— What needs to be done —
Only the lines below starting at the one that contains "f 206 201 10" and ending at the one that contains "f 237 243 244" are to be reproduced, exactly and with both ends kept.

— Material provided —
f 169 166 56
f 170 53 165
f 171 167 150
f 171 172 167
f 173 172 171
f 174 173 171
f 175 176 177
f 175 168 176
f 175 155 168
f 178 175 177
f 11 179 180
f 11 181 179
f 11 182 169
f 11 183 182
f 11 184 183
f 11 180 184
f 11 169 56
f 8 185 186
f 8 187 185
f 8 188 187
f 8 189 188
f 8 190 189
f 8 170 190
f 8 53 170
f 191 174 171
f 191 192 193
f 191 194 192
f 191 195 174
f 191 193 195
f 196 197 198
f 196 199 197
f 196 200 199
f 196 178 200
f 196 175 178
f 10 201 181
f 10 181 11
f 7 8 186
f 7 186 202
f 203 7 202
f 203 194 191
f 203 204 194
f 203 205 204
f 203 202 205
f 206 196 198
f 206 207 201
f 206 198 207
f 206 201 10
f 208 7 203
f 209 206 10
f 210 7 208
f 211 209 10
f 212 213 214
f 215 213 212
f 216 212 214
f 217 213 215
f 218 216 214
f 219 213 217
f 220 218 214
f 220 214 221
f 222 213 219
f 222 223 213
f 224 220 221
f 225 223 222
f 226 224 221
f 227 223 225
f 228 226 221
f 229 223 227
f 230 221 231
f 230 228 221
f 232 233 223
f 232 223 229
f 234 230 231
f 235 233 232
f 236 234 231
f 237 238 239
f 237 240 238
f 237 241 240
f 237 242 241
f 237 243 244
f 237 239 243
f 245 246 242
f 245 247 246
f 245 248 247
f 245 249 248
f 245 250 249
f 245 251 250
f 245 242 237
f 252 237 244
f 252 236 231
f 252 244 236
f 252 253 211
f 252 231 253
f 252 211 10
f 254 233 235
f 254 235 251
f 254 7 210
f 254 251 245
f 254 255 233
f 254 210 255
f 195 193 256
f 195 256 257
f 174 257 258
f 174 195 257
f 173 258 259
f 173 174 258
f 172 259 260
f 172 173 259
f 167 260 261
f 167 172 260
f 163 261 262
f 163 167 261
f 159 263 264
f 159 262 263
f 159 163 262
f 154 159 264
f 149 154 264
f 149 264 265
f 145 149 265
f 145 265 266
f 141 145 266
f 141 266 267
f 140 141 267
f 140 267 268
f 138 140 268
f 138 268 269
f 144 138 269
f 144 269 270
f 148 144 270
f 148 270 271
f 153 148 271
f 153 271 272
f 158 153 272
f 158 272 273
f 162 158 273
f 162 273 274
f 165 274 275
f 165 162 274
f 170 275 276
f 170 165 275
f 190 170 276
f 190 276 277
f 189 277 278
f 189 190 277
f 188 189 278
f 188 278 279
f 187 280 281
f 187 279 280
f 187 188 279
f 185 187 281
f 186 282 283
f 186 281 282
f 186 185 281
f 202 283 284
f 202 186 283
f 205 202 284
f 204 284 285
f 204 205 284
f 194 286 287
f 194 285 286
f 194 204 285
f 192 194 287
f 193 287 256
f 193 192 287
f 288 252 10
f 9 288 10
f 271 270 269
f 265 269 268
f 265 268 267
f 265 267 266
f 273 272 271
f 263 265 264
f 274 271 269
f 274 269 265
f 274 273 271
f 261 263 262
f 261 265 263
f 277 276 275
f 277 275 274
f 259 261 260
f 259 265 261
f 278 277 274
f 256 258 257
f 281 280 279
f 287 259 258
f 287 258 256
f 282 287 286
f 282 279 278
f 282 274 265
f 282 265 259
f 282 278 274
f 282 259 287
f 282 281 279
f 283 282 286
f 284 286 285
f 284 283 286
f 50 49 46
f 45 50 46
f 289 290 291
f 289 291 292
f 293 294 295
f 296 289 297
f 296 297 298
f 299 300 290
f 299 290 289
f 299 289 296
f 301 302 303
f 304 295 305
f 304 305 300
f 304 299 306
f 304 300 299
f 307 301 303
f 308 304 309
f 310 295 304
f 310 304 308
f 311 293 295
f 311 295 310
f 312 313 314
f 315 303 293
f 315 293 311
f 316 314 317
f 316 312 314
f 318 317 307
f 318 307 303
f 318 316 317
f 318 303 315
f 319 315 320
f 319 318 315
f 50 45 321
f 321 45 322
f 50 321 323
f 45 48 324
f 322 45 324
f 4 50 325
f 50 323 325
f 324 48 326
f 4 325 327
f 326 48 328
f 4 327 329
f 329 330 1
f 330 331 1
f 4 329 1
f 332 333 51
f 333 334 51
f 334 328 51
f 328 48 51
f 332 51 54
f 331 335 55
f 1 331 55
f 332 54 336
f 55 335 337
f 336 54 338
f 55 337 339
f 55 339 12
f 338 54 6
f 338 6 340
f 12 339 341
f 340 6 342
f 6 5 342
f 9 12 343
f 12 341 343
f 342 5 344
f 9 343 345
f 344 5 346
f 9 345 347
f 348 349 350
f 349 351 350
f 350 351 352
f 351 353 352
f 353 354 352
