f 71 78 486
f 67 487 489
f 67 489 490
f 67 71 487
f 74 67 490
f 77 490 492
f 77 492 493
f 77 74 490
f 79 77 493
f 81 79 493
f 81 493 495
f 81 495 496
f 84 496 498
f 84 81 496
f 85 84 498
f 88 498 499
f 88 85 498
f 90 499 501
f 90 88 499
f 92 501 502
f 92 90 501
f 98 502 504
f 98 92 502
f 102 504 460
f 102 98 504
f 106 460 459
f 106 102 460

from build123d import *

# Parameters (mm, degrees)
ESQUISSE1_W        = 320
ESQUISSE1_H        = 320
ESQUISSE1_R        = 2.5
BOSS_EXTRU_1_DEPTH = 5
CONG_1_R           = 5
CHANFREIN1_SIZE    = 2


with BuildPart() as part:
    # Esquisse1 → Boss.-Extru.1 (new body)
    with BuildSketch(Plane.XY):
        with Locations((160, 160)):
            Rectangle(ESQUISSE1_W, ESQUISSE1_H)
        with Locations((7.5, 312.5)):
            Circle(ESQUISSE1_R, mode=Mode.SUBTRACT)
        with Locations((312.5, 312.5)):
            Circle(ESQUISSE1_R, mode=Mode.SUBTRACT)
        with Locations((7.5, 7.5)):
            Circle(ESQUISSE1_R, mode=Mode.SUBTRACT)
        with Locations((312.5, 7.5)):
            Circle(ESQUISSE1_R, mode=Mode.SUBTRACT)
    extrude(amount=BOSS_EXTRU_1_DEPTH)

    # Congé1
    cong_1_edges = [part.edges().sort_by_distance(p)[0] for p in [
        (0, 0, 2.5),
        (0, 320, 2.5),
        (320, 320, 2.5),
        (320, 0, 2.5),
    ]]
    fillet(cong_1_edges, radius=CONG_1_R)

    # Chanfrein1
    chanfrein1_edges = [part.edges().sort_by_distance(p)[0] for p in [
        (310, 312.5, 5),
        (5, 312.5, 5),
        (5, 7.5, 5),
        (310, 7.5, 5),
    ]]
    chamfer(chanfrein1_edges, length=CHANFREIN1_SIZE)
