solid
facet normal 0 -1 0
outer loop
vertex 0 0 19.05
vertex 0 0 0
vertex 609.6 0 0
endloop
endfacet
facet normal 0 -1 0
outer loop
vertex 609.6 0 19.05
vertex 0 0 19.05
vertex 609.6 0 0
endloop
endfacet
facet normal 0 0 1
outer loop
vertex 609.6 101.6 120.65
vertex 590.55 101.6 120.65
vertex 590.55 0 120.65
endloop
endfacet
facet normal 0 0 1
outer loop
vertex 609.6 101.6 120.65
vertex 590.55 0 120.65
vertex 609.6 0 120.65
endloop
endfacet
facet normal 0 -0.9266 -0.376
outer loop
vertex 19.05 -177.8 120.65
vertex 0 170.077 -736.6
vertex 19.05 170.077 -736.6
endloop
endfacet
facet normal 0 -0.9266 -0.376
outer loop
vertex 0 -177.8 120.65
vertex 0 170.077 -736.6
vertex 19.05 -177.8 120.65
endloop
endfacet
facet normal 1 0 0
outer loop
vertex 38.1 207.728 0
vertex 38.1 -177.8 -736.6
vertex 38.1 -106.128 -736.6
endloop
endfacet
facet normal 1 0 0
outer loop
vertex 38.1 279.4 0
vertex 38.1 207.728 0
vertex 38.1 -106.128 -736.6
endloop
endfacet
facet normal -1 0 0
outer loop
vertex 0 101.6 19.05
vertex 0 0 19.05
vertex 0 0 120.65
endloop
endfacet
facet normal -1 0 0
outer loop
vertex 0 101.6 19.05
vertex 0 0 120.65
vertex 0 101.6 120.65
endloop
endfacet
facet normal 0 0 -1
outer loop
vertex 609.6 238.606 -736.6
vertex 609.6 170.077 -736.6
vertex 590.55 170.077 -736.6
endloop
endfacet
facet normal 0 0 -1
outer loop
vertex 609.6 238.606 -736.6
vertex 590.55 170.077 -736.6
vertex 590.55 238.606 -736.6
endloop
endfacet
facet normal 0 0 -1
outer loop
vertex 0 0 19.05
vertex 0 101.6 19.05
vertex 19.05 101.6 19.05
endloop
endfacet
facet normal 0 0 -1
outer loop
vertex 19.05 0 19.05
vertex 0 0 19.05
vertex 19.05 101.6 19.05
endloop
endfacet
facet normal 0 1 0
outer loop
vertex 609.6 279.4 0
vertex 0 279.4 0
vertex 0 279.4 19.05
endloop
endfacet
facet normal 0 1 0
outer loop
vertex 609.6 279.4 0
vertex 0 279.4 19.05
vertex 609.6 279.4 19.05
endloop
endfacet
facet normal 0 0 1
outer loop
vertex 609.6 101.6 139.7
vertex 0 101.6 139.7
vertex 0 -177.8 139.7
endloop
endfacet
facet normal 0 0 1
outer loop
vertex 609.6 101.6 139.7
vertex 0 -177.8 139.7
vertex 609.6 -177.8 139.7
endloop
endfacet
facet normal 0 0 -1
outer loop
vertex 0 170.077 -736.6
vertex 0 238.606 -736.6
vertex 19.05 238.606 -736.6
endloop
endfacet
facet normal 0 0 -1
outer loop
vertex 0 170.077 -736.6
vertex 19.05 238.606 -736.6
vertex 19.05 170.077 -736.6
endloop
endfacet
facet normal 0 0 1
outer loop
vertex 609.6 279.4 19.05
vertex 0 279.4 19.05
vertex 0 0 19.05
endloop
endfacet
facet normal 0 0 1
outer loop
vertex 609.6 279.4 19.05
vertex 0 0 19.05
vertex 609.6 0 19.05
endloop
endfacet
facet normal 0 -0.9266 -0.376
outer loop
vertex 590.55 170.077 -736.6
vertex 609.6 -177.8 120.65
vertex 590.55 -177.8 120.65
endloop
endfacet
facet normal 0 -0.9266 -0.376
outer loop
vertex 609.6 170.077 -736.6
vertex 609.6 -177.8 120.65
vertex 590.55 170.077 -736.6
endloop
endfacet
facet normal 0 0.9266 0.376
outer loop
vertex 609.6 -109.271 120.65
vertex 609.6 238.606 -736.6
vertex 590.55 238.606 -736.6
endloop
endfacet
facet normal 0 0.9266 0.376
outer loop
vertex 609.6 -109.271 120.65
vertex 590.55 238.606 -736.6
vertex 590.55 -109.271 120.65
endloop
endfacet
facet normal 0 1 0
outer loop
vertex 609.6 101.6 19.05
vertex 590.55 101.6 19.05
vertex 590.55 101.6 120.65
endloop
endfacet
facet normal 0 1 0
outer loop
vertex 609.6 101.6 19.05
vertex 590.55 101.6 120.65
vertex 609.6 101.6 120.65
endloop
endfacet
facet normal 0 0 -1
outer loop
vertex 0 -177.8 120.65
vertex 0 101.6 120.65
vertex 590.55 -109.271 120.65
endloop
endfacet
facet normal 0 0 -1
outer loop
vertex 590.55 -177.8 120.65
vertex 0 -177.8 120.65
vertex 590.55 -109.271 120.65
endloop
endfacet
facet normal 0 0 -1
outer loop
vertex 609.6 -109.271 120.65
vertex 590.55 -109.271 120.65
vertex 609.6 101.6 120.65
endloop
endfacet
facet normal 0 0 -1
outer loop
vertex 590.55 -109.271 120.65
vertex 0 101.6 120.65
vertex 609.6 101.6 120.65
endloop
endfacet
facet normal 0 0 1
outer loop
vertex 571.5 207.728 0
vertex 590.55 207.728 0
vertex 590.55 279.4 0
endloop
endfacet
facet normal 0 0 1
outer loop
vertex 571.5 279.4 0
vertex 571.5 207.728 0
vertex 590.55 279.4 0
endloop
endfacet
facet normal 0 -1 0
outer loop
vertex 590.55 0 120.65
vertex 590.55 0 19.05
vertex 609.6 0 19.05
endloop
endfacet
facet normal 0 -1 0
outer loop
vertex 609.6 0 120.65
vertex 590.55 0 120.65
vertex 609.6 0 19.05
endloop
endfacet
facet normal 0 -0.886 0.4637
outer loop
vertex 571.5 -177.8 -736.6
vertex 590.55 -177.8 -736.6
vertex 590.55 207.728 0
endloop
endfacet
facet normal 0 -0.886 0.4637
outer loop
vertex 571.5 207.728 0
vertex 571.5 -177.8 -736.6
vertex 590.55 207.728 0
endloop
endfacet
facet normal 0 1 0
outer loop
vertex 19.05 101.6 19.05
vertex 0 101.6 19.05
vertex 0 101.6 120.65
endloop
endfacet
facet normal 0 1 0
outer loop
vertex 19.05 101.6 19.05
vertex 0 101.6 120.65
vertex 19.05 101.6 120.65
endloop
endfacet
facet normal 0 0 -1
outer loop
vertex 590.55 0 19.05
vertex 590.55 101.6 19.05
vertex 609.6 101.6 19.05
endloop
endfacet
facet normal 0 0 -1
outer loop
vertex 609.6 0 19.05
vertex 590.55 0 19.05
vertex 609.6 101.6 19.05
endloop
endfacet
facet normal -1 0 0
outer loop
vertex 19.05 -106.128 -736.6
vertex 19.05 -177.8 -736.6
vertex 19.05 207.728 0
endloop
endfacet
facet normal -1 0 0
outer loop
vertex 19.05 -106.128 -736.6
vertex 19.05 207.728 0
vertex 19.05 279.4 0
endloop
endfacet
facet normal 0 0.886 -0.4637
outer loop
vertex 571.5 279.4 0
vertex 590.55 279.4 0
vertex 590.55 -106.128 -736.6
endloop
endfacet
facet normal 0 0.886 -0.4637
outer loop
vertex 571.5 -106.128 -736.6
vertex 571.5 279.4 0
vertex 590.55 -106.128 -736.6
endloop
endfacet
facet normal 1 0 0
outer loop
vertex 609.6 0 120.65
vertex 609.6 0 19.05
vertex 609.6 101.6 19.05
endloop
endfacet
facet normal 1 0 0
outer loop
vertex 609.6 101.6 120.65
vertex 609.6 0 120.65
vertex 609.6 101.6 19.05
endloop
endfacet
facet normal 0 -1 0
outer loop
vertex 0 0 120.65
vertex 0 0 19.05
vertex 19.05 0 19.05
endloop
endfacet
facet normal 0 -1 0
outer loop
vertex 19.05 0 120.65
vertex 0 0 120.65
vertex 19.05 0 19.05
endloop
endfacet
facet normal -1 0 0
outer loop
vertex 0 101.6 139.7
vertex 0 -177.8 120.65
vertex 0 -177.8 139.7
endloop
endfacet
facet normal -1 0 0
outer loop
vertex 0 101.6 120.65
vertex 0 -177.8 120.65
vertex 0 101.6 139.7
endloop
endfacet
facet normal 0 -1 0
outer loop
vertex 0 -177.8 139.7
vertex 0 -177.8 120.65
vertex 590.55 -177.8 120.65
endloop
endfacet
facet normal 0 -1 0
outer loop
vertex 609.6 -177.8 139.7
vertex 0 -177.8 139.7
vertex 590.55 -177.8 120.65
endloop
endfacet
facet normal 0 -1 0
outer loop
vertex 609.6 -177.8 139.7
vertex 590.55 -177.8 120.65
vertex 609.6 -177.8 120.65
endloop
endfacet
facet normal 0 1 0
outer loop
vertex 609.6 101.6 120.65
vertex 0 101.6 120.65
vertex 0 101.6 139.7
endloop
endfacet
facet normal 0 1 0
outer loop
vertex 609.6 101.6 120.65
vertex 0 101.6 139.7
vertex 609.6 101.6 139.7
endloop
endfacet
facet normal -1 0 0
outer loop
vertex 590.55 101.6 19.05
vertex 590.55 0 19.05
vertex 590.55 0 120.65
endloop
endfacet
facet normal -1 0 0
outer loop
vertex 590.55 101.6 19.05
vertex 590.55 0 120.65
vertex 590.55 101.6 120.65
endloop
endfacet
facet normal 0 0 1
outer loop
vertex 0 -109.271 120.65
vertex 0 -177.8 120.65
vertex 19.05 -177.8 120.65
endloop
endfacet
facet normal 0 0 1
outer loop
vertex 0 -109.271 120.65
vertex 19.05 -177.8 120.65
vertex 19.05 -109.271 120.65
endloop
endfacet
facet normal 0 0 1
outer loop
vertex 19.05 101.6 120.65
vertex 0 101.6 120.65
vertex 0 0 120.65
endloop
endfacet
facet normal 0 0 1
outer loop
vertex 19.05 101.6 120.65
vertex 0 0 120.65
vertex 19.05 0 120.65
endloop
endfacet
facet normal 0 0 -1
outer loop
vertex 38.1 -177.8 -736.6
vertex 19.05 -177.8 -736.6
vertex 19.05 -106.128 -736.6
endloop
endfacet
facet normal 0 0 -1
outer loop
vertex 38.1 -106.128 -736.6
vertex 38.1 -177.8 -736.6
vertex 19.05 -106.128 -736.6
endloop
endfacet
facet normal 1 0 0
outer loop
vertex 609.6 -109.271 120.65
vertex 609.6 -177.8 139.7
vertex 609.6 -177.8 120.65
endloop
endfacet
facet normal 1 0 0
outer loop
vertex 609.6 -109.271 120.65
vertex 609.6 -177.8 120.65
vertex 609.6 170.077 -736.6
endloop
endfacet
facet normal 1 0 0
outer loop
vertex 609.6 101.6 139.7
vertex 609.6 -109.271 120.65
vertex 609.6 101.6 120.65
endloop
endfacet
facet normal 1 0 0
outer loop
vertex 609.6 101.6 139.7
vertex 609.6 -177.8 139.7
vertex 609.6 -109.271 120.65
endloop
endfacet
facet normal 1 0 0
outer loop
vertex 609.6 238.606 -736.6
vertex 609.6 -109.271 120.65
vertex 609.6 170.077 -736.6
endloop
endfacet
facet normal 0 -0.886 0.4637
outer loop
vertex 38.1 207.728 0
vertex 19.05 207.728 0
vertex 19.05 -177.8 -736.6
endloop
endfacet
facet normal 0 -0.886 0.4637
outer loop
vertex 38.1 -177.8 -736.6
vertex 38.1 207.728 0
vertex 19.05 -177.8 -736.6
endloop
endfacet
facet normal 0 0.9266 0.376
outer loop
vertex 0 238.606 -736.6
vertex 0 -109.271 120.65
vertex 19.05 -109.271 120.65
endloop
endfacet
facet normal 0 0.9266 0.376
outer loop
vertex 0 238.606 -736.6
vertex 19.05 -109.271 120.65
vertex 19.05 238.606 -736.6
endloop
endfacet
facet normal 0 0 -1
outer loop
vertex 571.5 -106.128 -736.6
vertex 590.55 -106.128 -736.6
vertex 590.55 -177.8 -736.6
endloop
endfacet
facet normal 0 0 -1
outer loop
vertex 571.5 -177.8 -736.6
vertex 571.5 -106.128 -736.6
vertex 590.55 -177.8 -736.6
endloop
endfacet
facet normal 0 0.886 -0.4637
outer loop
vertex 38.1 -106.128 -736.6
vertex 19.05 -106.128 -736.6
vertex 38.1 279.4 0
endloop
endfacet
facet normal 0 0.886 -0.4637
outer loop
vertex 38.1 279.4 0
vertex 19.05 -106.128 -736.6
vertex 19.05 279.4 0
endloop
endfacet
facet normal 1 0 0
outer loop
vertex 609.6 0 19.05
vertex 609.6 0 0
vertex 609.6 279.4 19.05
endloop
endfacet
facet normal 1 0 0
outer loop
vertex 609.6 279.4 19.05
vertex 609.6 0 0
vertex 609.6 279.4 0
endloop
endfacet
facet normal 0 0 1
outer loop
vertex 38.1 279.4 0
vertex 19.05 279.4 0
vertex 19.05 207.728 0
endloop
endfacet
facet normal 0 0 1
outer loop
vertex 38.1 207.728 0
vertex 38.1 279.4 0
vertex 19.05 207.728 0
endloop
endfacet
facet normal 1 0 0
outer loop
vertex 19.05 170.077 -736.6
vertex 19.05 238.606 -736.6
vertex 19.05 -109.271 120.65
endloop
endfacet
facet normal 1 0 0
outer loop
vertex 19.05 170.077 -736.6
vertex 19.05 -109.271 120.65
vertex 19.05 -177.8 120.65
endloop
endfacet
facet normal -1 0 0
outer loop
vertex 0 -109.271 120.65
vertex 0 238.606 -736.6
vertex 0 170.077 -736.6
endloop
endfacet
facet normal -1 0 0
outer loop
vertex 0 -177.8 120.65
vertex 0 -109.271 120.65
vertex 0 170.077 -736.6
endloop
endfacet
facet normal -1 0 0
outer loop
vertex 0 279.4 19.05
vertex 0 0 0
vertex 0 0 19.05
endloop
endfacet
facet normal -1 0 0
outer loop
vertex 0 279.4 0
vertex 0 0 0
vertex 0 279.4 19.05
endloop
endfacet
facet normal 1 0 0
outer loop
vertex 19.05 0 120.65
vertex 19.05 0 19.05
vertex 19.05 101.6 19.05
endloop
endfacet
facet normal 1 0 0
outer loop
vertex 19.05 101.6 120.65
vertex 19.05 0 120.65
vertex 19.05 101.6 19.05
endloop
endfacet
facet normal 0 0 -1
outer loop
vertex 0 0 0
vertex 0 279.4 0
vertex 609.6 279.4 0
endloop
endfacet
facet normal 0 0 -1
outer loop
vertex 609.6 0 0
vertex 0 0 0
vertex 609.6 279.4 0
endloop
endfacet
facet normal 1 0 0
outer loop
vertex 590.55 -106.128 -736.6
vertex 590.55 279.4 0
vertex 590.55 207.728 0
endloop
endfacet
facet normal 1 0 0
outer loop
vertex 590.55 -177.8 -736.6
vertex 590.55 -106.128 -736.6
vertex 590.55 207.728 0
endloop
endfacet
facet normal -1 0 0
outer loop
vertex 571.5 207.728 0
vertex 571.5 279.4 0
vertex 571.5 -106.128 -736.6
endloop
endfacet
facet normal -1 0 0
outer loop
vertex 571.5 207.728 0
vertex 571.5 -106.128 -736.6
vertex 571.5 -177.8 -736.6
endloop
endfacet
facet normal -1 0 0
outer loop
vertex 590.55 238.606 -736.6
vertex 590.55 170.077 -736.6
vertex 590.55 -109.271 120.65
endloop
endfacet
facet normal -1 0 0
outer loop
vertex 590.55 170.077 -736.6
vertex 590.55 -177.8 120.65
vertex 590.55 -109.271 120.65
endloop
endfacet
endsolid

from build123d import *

# Parameters (mm, degrees)
F0_W      = 609.6
F0_H      = 279.4
F1_DEPTH  = 19.05
F3_W      = 609.6
F3_H      = 279.4
F4_DEPTH  = 19.05
F6_DEPTH  = 19.05
F8_DEPTH  = 19.05
F10_DEPTH = 19.05
F12_DEPTH = 19.05
F13_W     = 19.05
F13_H     = 101.6
F14_DEPTH = 101.6


with BuildPart() as f1:
    # F0 (on Top) → F1 (new body)
    with BuildSketch(Plane.XY):
        with Locations((304.8, 139.7)):
            Rectangle(F0_W, F0_H)
    extrude(amount=F1_DEPTH)


with BuildPart() as f4:
    # F3 (on offset) → F4 (new body)
    with BuildSketch(Plane.XY.offset(120.65)):
        with Locations((304.8, -38.1)):
            Rectangle(F3_W, F3_H)
    extrude(amount=F4_DEPTH)

    # F7 (on face) → F8 (join)
    with BuildSketch(Plane.YZ.offset(609.6)):
        Polygon((170.076899, -736.6), (238.606264, -736.6), (-109.270636, 120.65), (-177.8, 120.65), align=None)
    extrude(amount=-F8_DEPTH)


with BuildPart() as f6:
    # F5 (on face) → F6 (new body)
    with BuildSketch(Plane(origin=(0, 0, 0), x_dir=(0, -1, 0), z_dir=(-1, 0, 0))):
        Polygon((-170.076899, -736.6), (177.8, 120.65), (109.270636, 120.65), (-238.606264, -736.6), align=None)
    extrude(amount=-F6_DEPTH)


with BuildPart() as f10:
    # F9 (on face) → F10 (new body)
    with BuildSketch(Plane(origin=(590.55, 0, 0), x_dir=(0, -1, 0), z_dir=(-1, 0, 0))):
        Polygon((177.8, -736.6), (-207.728328, 0), (-279.4, 0), (106.128328, -736.6), align=None)
    extrude(amount=F10_DEPTH)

— Solution —
f 206 201 10
f 208 7 203
f 209 206 10
f 210 7 208
f 211 209 10
f 212 213 214
f 215 213 212
f 216 212 214
f 217 213 215
f 218 216 214
f 219 213 217
f 220 218 214
f 220 214 221
f 222 213 219
f 222 223 213
f 224 220 221
f 225 223 222
f 226 224 221
f 227 223 225
f 228 226 221
f 229 223 227
f 230 221 231
f 230 228 221
f 232 233 223
f 232 223 229
f 234 230 231
f 235 233 232
f 236 234 231
f 237 238 239
f 237 240 238
f 237 241 240
f 237 242 241
f 237 243 244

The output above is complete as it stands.